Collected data

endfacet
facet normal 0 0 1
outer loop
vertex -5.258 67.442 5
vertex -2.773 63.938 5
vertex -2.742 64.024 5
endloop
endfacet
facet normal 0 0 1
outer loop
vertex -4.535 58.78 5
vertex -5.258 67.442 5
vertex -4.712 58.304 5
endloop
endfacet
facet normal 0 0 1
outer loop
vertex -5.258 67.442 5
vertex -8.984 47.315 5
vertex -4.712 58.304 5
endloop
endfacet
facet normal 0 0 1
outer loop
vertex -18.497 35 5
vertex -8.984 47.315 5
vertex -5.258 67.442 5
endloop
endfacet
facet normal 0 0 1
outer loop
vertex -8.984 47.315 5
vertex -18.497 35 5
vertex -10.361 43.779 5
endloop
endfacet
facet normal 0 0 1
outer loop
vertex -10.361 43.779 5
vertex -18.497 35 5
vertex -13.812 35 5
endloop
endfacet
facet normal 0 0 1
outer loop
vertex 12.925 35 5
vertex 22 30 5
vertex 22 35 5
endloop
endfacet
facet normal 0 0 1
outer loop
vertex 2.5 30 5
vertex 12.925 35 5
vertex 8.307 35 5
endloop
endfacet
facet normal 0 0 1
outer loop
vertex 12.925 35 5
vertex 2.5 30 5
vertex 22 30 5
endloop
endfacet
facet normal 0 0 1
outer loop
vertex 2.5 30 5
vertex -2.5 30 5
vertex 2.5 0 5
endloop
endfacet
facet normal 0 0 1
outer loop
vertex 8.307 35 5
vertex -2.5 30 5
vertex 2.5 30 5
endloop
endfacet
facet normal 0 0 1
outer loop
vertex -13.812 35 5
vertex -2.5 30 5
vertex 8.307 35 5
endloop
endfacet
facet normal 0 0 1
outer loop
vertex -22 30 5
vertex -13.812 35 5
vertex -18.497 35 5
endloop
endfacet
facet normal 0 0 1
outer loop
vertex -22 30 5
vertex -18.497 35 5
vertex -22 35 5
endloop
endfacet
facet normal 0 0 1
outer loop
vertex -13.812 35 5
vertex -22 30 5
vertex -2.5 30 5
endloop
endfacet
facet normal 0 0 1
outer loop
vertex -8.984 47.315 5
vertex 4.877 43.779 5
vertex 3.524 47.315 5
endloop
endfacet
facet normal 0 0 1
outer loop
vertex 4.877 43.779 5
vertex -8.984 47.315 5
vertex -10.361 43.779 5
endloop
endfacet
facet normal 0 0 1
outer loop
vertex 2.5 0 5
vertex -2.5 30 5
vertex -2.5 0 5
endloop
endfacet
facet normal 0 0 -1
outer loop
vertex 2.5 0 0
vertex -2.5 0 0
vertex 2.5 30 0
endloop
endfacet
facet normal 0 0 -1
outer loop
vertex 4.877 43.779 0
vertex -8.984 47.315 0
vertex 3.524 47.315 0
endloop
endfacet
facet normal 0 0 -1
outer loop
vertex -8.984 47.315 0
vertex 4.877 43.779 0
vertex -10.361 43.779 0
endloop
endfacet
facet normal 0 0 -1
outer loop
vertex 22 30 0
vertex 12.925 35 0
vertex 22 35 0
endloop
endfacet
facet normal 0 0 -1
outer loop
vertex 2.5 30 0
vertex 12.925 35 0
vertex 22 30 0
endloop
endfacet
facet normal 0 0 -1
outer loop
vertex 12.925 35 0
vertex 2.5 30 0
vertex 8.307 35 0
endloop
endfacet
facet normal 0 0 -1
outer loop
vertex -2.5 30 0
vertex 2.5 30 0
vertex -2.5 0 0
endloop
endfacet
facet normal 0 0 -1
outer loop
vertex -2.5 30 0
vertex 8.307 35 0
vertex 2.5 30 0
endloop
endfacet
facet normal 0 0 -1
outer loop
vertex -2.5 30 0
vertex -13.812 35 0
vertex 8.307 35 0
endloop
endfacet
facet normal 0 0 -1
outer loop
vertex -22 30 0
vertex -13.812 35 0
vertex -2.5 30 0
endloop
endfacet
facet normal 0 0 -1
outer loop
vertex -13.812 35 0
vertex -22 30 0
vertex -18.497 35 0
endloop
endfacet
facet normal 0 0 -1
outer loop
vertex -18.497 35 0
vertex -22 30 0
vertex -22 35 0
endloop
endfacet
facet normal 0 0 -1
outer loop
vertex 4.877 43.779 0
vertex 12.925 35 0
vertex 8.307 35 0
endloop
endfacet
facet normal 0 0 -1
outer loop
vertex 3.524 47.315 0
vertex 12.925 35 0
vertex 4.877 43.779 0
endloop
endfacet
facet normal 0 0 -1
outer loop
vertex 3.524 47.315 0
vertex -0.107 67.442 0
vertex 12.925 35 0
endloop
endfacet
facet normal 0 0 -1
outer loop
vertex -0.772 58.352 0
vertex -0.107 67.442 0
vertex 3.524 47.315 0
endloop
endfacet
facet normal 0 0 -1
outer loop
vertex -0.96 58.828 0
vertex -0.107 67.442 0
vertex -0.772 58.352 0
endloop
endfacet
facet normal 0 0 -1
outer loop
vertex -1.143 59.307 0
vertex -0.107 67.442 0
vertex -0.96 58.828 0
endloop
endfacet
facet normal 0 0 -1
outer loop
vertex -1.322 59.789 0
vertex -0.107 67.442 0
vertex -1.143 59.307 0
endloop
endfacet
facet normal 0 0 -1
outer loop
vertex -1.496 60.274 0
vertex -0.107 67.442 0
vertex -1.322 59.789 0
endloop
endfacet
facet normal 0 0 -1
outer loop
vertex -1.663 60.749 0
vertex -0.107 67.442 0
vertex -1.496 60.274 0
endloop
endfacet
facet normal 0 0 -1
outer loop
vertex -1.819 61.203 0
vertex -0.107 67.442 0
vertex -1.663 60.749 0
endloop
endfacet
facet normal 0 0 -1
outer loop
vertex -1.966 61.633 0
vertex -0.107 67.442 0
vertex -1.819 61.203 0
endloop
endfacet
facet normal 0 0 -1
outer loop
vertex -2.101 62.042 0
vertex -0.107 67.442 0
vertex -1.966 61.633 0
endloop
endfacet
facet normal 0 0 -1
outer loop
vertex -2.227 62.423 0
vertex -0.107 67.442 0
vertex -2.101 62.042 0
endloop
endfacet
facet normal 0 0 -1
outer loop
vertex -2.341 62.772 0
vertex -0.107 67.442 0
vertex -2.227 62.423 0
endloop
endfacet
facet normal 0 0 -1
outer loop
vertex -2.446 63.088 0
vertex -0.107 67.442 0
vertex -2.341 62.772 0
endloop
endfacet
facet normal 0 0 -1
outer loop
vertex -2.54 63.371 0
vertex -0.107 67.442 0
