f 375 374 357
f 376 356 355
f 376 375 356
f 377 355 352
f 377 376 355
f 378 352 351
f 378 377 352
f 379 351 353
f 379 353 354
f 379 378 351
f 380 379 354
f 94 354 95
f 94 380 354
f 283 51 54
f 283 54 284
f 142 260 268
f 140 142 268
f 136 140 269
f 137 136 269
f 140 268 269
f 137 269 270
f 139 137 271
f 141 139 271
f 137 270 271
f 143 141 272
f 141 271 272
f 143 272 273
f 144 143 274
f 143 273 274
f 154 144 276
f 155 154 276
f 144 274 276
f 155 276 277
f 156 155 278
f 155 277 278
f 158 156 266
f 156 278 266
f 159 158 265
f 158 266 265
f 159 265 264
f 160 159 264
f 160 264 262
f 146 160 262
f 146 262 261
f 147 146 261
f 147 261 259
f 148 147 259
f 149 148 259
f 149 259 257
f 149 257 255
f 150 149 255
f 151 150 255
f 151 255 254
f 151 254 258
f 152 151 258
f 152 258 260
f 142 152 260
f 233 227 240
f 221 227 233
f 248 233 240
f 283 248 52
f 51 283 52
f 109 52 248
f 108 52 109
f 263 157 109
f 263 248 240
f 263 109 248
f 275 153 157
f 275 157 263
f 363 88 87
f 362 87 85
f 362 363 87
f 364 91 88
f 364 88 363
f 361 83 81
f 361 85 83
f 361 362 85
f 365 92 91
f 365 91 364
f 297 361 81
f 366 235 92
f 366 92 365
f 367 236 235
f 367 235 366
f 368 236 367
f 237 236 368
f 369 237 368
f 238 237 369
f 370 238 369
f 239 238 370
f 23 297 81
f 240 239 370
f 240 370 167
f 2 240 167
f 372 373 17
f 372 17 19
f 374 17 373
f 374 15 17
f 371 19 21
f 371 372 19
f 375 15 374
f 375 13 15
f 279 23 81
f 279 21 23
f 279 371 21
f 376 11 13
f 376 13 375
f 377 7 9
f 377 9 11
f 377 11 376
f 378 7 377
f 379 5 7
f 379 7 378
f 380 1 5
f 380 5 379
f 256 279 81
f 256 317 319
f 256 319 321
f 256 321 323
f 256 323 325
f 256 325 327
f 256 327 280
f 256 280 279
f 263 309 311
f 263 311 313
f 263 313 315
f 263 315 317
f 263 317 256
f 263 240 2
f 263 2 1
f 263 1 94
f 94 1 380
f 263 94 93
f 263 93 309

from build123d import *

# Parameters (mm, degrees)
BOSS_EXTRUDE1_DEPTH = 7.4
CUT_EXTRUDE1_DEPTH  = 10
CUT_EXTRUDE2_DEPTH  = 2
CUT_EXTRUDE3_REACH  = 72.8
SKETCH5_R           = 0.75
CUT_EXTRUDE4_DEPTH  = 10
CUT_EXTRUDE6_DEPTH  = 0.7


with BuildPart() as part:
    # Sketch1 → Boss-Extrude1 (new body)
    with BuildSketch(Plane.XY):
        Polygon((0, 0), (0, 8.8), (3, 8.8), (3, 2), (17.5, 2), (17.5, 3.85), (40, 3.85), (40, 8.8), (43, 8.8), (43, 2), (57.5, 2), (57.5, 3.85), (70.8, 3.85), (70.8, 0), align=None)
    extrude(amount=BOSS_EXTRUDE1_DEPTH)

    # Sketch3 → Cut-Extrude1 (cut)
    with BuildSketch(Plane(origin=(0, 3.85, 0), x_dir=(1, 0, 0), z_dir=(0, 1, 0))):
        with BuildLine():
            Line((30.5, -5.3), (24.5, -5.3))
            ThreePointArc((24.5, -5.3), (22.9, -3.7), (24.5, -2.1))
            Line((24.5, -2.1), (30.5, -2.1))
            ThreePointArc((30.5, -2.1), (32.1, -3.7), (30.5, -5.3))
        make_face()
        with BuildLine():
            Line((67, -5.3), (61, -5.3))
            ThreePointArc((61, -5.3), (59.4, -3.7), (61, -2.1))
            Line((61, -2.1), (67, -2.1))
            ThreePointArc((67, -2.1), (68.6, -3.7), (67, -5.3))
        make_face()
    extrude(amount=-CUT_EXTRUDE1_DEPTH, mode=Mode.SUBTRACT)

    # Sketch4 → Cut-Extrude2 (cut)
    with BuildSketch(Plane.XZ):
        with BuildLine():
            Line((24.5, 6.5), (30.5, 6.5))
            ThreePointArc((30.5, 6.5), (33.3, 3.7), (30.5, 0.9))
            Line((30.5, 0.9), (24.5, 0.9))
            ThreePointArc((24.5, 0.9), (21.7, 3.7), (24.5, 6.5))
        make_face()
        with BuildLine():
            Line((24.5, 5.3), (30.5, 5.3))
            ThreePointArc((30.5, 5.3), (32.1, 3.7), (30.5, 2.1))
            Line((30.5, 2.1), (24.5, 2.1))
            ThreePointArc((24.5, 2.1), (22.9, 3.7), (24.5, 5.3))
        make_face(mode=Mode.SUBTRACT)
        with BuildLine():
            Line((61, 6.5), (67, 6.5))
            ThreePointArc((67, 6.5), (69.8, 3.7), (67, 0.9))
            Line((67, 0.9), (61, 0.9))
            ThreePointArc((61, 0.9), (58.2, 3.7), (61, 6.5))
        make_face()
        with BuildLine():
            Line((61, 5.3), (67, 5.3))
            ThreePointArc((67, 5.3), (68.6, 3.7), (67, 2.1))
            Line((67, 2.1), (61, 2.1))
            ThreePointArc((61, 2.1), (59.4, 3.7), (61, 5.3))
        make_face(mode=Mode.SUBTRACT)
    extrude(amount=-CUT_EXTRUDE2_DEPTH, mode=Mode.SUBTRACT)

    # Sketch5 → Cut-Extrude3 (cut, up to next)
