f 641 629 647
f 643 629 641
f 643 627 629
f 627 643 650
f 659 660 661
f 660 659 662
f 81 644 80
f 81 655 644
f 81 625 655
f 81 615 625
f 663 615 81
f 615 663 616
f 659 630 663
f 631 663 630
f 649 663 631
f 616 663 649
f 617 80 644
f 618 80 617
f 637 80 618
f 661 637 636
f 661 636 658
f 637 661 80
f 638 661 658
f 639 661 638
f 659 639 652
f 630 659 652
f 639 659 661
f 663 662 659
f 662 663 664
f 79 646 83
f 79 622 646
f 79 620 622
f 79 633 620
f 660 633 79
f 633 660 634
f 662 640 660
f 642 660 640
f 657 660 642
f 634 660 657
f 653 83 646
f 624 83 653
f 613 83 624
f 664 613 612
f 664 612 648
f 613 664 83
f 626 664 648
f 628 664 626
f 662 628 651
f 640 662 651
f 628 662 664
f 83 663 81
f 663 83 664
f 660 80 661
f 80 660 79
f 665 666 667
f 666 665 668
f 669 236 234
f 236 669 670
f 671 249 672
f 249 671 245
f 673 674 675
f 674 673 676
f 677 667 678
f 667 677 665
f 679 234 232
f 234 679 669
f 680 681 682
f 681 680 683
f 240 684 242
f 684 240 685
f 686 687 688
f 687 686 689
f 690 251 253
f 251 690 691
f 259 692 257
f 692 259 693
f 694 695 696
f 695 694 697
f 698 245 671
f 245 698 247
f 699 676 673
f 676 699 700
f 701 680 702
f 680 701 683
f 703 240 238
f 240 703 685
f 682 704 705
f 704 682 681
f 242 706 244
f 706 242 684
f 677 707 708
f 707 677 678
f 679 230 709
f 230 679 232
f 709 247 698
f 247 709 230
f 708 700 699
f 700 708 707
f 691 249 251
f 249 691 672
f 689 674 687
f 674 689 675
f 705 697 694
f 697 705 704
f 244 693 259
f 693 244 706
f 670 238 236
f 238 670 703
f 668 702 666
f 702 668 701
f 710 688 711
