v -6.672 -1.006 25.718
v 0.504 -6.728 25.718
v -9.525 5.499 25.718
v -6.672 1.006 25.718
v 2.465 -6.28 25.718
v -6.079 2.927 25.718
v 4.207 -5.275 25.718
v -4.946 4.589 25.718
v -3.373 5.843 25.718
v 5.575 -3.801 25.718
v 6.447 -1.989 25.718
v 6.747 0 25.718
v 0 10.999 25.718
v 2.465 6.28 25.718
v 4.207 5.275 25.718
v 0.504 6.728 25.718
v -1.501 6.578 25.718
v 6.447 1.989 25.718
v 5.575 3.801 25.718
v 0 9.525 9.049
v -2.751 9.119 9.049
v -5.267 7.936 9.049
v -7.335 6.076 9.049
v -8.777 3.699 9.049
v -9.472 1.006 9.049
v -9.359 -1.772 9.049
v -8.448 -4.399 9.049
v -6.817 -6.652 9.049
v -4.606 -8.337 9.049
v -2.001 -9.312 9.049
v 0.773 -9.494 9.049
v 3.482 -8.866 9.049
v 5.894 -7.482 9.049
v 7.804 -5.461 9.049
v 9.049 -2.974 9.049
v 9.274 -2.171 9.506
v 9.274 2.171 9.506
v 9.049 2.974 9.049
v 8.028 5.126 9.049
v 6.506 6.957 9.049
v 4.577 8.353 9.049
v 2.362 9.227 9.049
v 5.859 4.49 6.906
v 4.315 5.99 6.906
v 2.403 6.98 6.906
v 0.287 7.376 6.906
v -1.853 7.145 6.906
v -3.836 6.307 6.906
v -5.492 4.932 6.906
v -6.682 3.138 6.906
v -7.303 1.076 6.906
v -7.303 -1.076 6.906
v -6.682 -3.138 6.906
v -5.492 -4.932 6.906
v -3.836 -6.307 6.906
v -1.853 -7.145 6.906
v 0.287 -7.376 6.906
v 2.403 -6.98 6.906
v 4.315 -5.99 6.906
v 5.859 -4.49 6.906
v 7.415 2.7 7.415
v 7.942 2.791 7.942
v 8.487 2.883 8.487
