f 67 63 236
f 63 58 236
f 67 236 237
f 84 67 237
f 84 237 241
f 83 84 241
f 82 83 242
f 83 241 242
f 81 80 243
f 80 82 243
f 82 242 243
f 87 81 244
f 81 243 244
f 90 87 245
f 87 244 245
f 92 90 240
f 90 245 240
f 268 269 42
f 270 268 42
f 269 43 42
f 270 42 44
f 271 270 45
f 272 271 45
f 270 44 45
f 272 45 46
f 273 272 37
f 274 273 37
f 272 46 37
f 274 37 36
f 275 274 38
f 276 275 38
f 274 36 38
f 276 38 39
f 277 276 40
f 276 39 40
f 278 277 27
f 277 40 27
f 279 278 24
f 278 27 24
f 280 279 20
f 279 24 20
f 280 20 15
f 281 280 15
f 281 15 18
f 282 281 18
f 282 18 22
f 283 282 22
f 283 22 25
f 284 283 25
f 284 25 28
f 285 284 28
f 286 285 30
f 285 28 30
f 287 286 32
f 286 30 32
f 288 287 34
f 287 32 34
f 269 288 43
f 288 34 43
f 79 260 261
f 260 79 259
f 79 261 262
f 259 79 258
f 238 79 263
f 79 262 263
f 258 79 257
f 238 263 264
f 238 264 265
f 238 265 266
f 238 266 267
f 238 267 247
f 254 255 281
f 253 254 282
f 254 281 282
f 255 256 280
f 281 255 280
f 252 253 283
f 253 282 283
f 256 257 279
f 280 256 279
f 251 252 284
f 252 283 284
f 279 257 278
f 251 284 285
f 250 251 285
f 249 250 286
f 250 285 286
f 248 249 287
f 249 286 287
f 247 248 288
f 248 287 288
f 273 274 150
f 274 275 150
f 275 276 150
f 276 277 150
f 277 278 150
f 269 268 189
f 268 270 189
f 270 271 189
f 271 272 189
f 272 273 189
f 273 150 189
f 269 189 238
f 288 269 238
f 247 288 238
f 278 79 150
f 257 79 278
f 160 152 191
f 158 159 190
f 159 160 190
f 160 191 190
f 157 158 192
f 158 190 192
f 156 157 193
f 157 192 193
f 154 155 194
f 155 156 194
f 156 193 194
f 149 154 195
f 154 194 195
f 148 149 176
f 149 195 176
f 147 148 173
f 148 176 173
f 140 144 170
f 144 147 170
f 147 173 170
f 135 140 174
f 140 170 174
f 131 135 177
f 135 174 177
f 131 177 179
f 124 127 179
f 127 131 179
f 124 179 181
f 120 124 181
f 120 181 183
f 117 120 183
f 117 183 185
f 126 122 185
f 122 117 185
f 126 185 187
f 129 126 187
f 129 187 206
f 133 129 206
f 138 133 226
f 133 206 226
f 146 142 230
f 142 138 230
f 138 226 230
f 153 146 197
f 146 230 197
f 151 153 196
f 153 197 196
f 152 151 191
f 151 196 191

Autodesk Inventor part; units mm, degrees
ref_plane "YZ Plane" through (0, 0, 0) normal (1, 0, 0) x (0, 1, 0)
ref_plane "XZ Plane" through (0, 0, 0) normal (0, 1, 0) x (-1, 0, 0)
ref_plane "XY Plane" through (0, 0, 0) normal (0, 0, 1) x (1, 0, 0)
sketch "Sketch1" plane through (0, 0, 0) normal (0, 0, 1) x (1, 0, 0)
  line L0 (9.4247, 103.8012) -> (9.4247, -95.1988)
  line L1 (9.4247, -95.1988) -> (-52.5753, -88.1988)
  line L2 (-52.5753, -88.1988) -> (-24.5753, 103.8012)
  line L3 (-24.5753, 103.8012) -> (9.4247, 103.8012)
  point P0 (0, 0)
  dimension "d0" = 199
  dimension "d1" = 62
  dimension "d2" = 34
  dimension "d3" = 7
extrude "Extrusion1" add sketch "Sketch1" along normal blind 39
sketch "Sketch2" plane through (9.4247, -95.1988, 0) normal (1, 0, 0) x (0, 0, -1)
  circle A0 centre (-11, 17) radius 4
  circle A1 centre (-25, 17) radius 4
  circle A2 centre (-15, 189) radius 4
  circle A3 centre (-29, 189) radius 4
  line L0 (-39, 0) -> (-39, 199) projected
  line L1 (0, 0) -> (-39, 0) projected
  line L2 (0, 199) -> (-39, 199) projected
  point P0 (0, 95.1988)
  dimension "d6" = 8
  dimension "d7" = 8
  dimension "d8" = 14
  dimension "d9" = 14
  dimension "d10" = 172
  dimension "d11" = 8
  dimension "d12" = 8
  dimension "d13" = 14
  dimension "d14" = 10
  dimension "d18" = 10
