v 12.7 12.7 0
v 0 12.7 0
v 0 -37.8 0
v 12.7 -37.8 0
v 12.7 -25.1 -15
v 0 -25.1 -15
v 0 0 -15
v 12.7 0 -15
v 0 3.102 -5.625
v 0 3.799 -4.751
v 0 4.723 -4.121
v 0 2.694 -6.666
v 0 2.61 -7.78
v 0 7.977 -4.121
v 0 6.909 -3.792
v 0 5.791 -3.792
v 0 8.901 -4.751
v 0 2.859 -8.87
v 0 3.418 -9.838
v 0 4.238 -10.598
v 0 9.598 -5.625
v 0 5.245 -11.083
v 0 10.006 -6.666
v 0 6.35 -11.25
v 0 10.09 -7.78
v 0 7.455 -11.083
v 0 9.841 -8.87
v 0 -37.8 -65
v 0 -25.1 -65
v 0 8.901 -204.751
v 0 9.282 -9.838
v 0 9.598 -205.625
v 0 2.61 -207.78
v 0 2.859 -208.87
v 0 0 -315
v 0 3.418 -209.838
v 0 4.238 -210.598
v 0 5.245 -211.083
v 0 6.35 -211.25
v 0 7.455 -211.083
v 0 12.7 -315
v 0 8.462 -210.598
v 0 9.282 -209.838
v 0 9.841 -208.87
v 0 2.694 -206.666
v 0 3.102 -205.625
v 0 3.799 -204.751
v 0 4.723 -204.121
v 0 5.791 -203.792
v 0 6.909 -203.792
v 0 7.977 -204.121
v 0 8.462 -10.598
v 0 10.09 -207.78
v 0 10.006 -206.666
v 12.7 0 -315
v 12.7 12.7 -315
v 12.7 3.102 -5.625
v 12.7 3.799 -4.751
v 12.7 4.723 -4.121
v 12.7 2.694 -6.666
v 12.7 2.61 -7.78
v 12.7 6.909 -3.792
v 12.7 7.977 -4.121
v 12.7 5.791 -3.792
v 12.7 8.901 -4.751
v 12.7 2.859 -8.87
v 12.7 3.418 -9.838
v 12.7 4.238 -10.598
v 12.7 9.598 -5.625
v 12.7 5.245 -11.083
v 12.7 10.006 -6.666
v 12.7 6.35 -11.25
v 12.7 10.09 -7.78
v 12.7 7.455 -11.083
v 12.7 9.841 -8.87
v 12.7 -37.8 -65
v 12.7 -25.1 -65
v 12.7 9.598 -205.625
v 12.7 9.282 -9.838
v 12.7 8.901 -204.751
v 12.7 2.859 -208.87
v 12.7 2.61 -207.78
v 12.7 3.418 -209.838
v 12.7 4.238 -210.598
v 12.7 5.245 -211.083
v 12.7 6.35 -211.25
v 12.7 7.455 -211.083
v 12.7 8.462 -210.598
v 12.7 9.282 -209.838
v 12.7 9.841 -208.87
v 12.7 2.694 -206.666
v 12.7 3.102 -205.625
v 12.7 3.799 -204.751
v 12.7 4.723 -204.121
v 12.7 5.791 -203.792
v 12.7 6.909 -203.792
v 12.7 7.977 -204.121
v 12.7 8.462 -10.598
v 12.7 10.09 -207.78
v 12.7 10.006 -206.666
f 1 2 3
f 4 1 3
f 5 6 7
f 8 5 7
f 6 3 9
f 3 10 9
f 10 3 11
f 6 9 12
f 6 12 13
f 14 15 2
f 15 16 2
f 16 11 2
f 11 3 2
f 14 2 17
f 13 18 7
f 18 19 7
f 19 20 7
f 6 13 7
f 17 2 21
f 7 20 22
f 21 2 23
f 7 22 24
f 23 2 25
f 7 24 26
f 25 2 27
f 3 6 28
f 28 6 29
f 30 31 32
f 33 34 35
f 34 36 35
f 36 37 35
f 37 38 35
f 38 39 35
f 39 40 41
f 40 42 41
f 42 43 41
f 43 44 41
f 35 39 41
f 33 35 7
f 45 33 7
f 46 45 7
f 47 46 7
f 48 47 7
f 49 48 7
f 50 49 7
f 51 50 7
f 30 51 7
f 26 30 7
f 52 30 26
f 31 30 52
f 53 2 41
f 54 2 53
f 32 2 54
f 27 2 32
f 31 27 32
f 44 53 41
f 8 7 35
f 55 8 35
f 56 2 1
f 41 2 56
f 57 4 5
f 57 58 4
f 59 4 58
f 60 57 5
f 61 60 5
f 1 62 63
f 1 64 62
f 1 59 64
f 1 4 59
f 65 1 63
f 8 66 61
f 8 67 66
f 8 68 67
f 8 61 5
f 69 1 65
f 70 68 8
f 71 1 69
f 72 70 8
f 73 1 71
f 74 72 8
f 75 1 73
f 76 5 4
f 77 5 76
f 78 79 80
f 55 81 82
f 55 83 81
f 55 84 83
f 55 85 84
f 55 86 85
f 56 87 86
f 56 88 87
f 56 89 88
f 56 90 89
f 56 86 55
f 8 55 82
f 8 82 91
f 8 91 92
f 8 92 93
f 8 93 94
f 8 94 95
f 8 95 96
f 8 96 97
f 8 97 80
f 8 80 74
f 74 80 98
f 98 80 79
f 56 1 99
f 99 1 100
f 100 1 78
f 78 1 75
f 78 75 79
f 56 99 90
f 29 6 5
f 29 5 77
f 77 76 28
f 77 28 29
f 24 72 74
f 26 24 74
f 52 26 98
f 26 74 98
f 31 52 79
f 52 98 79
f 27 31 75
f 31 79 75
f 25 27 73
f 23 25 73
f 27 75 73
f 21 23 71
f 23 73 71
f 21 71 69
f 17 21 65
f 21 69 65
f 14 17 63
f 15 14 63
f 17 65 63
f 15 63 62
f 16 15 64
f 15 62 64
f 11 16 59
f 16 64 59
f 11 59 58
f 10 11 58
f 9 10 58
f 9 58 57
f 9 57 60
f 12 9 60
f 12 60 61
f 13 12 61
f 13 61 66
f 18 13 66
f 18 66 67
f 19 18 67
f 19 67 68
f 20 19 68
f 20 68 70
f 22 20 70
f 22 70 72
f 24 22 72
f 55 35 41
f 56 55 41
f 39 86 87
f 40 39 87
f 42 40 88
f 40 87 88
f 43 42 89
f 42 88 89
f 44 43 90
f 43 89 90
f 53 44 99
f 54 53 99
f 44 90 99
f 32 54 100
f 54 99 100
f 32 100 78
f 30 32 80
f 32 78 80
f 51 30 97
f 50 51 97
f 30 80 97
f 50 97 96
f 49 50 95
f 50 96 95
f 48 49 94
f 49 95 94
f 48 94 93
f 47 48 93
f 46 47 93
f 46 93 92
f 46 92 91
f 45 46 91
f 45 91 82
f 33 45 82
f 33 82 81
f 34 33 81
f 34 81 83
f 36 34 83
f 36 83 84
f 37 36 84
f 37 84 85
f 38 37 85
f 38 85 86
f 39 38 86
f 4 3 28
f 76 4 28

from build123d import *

# Parameters (mm, degrees)
SKETCH1_W           = 315
SKETCH1_H           = 12.7
SKETCH1_W_2         = 50
BOSS_EXTRUDE1_DEPTH = 12.7
SKETCH2_R           = 3.75
CUT_EXTRUDE1_DEPTH  = 318.513983944


with BuildPart() as part:
    # Sketch1 → Boss-Extrude1 (new body)
    with BuildSketch(Plane(origin=(0, 0, 0), x_dir=(0, 0, -1), z_dir=(1, 0, 0))):
        with Locations((157.5, 6.35)):
            Rectangle(SKETCH1_W, SKETCH1_H)
        Polygon((15, 0), (0, 0), (0, -37.8), (15, -37.8), (15, -25.1), align=None)
        with Locations((40, -31.45)):
            Rectangle(SKETCH1_W_2, SKETCH1_H)
    extrude(amount=BOSS_EXTRUDE1_DEPTH)

    # Sketch2 → Cut-Extrude1 (cut, through all)
    with BuildSketch(Plane(origin=(12.7, 0, 0), x_dir=(0, 0, -1), z_dir=(1, 0, 0))):
        with Locations((7.5, 6.35)):
            Circle(SKETCH2_R)
        with Locations((207.5, 6.35)):
            Circle(SKETCH2_R)
    extrude(amount=-CUT_EXTRUDE1_DEPTH, mode=Mode.SUBTRACT)


solid = part.part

● **TASK DETAILS**
The string "projected" appears on how many lines of the records? State the number alone.

● **WRITTEN SOLUTION**
3